Detailed Description

The technical solutions in the embodiments of the present invention will be clearly and completely described below with reference to the accompanying drawings in the embodiments of the present invention, and it is apparent that the described embodiments are only a part of the embodiments of the present invention, and not all of the embodiments. All other embodiments, which can be obtained by a person skilled in the art without any inventive step based on the embodiments of the present invention, are within the scope of the present invention.

It will be understood that when an element is referred to as being "mounted on" another element, it can be directly mounted on the other element or intervening elements may also be present. When a component is referred to as being "disposed on" another component, it can be directly on the other component or intervening components may also be present. When an element is referred to as being "secured to" another element, it can be directly secured to the other element or intervening elements may also be present.

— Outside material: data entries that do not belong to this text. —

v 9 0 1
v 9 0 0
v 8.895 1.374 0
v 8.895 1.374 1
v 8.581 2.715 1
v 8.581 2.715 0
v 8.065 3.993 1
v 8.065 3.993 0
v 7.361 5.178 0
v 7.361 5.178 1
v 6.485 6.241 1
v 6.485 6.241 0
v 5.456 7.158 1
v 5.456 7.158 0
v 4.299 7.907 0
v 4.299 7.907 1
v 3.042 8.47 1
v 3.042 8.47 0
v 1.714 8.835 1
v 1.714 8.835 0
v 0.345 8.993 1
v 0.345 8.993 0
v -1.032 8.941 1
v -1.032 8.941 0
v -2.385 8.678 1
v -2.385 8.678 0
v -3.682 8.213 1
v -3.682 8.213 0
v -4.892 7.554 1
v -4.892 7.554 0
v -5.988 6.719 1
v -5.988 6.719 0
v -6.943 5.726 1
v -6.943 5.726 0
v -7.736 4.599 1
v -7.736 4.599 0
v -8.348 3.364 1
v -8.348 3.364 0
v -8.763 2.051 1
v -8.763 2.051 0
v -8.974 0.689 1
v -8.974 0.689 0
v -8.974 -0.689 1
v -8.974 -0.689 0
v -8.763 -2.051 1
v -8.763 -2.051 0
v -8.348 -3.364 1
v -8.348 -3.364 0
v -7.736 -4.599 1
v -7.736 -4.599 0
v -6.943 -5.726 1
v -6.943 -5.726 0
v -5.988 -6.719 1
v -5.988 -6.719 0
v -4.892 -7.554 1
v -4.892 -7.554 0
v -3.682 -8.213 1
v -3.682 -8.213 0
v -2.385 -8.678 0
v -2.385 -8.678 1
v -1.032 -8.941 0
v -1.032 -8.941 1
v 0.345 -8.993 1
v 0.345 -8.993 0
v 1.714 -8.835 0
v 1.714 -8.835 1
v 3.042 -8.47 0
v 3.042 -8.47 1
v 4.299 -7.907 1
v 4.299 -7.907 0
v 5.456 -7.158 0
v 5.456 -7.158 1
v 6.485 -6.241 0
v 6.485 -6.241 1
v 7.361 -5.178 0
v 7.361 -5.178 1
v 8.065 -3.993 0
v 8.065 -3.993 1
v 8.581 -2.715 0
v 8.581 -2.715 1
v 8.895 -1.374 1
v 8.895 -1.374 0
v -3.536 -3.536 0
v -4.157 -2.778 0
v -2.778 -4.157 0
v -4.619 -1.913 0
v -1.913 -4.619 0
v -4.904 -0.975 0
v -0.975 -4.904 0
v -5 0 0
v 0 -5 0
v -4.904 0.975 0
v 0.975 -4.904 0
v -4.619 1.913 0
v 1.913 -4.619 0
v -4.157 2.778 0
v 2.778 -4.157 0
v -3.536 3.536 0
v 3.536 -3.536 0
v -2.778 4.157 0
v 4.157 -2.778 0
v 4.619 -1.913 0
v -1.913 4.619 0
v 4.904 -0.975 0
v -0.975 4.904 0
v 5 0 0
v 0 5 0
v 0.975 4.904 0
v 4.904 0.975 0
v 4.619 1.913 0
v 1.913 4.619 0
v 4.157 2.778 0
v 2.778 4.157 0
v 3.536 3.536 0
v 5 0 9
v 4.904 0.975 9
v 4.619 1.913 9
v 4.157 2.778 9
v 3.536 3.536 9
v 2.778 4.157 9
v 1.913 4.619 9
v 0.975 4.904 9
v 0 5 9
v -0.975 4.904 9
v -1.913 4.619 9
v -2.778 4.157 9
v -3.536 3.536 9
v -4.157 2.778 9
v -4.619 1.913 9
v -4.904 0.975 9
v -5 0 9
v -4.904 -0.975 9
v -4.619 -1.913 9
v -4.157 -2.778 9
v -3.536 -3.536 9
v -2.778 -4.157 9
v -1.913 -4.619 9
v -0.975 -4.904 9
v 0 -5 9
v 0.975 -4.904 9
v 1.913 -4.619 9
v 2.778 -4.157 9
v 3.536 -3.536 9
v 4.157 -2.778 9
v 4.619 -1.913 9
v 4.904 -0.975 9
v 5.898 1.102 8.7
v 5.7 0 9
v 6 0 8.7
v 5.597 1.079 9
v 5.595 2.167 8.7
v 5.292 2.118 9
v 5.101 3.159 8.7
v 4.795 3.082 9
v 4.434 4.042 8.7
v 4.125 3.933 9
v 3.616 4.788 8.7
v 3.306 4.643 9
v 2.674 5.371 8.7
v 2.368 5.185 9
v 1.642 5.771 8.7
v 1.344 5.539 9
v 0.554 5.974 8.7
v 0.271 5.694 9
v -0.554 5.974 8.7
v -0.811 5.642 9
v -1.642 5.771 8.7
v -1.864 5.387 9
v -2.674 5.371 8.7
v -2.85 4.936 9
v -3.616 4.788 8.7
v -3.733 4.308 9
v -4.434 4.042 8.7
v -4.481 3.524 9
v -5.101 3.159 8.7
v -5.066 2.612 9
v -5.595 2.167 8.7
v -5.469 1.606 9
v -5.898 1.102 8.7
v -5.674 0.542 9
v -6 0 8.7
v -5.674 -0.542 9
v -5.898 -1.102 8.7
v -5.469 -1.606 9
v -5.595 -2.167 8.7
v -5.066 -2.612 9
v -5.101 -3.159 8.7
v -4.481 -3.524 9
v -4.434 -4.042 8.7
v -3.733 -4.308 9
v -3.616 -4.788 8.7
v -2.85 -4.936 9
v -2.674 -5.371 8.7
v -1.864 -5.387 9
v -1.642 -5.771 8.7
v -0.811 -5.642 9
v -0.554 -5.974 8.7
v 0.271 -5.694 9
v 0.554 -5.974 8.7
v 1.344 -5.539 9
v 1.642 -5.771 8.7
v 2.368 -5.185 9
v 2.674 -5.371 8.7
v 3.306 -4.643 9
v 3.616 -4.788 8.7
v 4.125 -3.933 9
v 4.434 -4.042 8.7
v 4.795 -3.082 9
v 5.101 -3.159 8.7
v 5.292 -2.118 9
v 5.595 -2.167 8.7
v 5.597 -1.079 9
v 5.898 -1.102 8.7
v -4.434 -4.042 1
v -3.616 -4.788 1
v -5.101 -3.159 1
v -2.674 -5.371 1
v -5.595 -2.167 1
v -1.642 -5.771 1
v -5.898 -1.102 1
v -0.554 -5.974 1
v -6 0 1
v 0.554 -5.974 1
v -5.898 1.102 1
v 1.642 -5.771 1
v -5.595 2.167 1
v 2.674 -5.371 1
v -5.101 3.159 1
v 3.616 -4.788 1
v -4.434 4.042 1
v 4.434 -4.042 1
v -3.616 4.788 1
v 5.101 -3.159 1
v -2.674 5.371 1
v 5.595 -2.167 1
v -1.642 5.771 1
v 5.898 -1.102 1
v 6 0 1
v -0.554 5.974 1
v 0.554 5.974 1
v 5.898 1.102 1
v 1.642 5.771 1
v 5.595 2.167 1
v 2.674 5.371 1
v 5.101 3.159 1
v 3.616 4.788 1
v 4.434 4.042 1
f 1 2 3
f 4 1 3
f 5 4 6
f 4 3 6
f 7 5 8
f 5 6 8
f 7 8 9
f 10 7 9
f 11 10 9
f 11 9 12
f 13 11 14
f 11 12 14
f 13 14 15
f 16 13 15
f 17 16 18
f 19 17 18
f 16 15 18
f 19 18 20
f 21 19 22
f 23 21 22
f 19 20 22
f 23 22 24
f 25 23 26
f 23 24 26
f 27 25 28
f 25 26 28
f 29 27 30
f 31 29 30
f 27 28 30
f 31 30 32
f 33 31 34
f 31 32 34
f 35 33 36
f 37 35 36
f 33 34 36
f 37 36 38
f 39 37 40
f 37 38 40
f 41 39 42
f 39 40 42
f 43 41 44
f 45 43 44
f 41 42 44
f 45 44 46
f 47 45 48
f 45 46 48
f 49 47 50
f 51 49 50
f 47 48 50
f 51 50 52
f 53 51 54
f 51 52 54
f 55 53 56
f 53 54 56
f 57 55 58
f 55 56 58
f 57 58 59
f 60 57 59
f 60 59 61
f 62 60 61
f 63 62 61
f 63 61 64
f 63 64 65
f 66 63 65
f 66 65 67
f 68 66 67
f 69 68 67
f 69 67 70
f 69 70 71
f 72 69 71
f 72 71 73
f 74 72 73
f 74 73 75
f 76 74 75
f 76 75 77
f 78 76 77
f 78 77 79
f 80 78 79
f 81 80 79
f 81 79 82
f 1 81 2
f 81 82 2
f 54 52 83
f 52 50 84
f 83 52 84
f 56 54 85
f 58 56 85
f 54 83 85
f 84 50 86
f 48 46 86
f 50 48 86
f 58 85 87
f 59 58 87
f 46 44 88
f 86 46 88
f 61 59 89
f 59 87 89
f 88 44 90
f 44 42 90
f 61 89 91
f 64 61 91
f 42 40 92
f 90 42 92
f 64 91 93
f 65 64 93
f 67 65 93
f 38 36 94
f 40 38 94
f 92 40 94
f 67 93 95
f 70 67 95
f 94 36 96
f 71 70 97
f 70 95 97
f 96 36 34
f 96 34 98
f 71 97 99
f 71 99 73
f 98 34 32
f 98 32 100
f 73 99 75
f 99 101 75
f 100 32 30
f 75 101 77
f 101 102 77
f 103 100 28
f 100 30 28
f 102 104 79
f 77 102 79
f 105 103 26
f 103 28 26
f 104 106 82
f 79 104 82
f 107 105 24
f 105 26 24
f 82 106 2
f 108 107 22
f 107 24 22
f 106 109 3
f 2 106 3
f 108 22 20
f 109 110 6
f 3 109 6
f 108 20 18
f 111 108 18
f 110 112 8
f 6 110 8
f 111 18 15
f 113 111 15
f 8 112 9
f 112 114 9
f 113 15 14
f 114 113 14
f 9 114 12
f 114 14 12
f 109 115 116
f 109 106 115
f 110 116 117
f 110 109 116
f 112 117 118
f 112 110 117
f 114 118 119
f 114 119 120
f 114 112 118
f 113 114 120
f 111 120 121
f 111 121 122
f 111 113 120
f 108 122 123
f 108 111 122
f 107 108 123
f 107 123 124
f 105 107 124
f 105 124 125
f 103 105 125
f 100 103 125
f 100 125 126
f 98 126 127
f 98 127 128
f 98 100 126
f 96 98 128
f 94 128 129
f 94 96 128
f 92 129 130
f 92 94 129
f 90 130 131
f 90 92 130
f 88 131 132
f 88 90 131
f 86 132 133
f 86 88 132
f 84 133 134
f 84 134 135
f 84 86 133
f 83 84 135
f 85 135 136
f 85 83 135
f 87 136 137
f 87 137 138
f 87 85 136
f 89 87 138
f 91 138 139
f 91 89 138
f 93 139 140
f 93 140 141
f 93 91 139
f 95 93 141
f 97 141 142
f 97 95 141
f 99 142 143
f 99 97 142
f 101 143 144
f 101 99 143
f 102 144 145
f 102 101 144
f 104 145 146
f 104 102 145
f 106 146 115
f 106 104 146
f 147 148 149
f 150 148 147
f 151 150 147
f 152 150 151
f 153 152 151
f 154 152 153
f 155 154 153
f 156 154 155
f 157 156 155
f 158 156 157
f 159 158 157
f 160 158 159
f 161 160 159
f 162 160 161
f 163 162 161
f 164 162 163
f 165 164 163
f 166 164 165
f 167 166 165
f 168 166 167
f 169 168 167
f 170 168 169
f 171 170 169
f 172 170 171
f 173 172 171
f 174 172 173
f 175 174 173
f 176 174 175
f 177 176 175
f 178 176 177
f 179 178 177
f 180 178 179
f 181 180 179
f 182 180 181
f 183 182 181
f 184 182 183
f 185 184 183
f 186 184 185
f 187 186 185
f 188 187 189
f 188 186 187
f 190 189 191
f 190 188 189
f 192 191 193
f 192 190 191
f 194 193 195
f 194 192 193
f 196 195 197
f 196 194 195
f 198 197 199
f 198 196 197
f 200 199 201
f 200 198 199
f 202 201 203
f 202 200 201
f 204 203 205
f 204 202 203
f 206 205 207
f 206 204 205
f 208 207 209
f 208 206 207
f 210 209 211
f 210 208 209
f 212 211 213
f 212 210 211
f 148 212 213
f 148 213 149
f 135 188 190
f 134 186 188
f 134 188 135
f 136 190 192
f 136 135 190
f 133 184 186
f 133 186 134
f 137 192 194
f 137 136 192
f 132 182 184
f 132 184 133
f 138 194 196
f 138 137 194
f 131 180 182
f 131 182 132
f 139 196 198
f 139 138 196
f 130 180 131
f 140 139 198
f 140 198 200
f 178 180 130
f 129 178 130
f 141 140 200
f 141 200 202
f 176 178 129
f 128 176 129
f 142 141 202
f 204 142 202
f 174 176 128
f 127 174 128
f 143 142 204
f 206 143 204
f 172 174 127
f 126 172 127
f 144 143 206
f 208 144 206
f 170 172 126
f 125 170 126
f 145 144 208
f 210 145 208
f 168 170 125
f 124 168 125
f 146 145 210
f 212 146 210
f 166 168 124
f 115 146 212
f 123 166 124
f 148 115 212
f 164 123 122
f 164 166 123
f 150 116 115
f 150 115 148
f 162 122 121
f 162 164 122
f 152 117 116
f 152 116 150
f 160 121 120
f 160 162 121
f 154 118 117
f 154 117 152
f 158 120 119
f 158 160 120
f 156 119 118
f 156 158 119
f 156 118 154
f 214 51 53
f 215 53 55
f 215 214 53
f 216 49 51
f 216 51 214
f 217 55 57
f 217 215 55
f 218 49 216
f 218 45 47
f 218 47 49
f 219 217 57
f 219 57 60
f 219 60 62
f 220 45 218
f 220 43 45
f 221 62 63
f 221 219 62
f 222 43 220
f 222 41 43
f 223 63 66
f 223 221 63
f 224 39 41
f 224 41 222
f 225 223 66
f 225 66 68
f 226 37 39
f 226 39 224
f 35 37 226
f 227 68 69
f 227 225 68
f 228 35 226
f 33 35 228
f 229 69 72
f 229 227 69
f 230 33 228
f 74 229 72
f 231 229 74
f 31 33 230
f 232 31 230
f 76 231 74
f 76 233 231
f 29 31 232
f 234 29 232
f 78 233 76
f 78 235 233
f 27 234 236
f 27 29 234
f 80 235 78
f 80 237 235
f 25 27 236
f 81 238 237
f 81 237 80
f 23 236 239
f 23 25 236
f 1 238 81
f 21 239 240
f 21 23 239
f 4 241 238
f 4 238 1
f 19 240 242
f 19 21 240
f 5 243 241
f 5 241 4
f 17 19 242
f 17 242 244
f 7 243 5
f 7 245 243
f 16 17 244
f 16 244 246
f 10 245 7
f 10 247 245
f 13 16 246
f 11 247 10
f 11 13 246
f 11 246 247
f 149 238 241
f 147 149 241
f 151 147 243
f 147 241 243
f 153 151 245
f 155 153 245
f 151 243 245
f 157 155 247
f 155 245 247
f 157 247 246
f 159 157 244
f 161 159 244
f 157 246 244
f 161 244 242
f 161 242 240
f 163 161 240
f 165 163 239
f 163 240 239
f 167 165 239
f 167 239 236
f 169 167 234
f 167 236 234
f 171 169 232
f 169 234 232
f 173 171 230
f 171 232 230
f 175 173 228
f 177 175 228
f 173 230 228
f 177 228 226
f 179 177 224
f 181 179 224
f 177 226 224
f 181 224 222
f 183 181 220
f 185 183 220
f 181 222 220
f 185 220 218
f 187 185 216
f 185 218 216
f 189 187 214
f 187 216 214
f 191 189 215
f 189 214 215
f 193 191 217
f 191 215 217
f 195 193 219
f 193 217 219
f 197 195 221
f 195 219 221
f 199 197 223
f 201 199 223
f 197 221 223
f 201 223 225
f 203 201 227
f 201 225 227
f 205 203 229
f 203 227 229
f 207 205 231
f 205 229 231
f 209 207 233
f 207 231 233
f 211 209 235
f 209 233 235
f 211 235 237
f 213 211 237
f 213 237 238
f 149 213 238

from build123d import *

# Parameters (mm, degrees)
SKETCH1_R           = 9
SKETCH1_R_2         = 5
BOSS_EXTRUDE1_DEPTH = 1
SKETCH2_R           = 6
SKETCH2_R_2         = 5
BOSS_EXTRUDE2_DEPTH = 8
CHAMFER1_SIZE       = 0.3


with BuildPart() as part:
    # Sketch1 → Boss-Extrude1 (new body)
    with BuildSketch(Plane.XY):
        Circle(SKETCH1_R)
        Circle(SKETCH1_R_2, mode=Mode.SUBTRACT)
    extrude(amount=BOSS_EXTRUDE1_DEPTH)

    # Sketch2 → Boss-Extrude2 (add)
    with BuildSketch(Plane.XY.offset(1)):
        Circle(SKETCH2_R)
        Circle(SKETCH2_R_2, mode=Mode.SUBTRACT)
    extrude(amount=BOSS_EXTRUDE2_DEPTH)

    # Chamfer1
    chamfer1_edges = [part.edges().sort_by_distance(p)[0] for p in [
        (-6, 0, 9),
    ]]
    chamfer(chamfer1_edges, length=CHAMFER1_SIZE)


solid = part.part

Unless defined otherwise, all technical and scientific terms used herein have the same meaning as commonly understood by one of ordinary skill in the art to which this invention belongs. The terminology used herein in the description of the utility model is for the purpose of describing particular embodiments only and is not intended to be limiting of the utility model. As used herein, the term "or/and" includes any and all combinations of one or more of the associated listed items.

The whole elevator system generally includes a car 200, a counterweight 300, and a traction sheave for transmitting traction power, wherein the traction sheave has a wire rope thereon, and the car 200 and the counterweight 300 are connected to each other by the wire rope for traction, and the friction force of the wire rope and a traction rim is utilized to transmit power.

During the operation of the elevator, the lengths of the wire ropes at the car 200 end and the counterweight 300 end are continuously changed, thereby causing the weight of the wire ropes at both sides of the traction sheave to be changed. When the car 200 is at the bottommost landing, most of the weight of the wire rope acts on the car 200; when the car 200 is at the highest landing, the weight of the wire rope is mostly on the counterweight 300; therefore, when the elevator runs over a certain height, the running stability of the elevator can be seriously influenced, and the safety of passengers is endangered. For this reason, when the elevator lifting height exceeds a certain height, a member having a certain weight must be provided to balance the weight change due to the height change.

Referring to fig. 1 to 4, the present invention provides an elevator compensating apparatus 100 for connecting a car 200 and a counterweight 300 to compensate for a difference in gravity between both sides of a traction sheave to improve the safety and stability of operation of an elevator.

In the present application, referring to fig. 1-3, an elevator compensation arrangement 100 includes a compensation cable 10 and a suspension assembly 20; the car 200 and the counterweight 300 are provided with mounting portions 400; both ends of the compensating cable 10 are connected to the mounting part 400 of the car 200 and the mounting part 400 of the counterweight 300 through the suspension units 20; the compensating cable 10 comprises a multi-strand core rope 11; the core rope 11 extends out of both ends of the compensating cable 10 and is correspondingly connected with the mounting parts 400 of the car 200 and the counterweight 300 respectively; the suspension assembly 20 includes a stopper 21; the limiting piece 21 is positioned at the end part of the compensation cable 10 and can press the end part of the compensation cable 10 on the corresponding mounting part 400; and the limiting members 21 are fixedly connected to the corresponding mounting portions 400.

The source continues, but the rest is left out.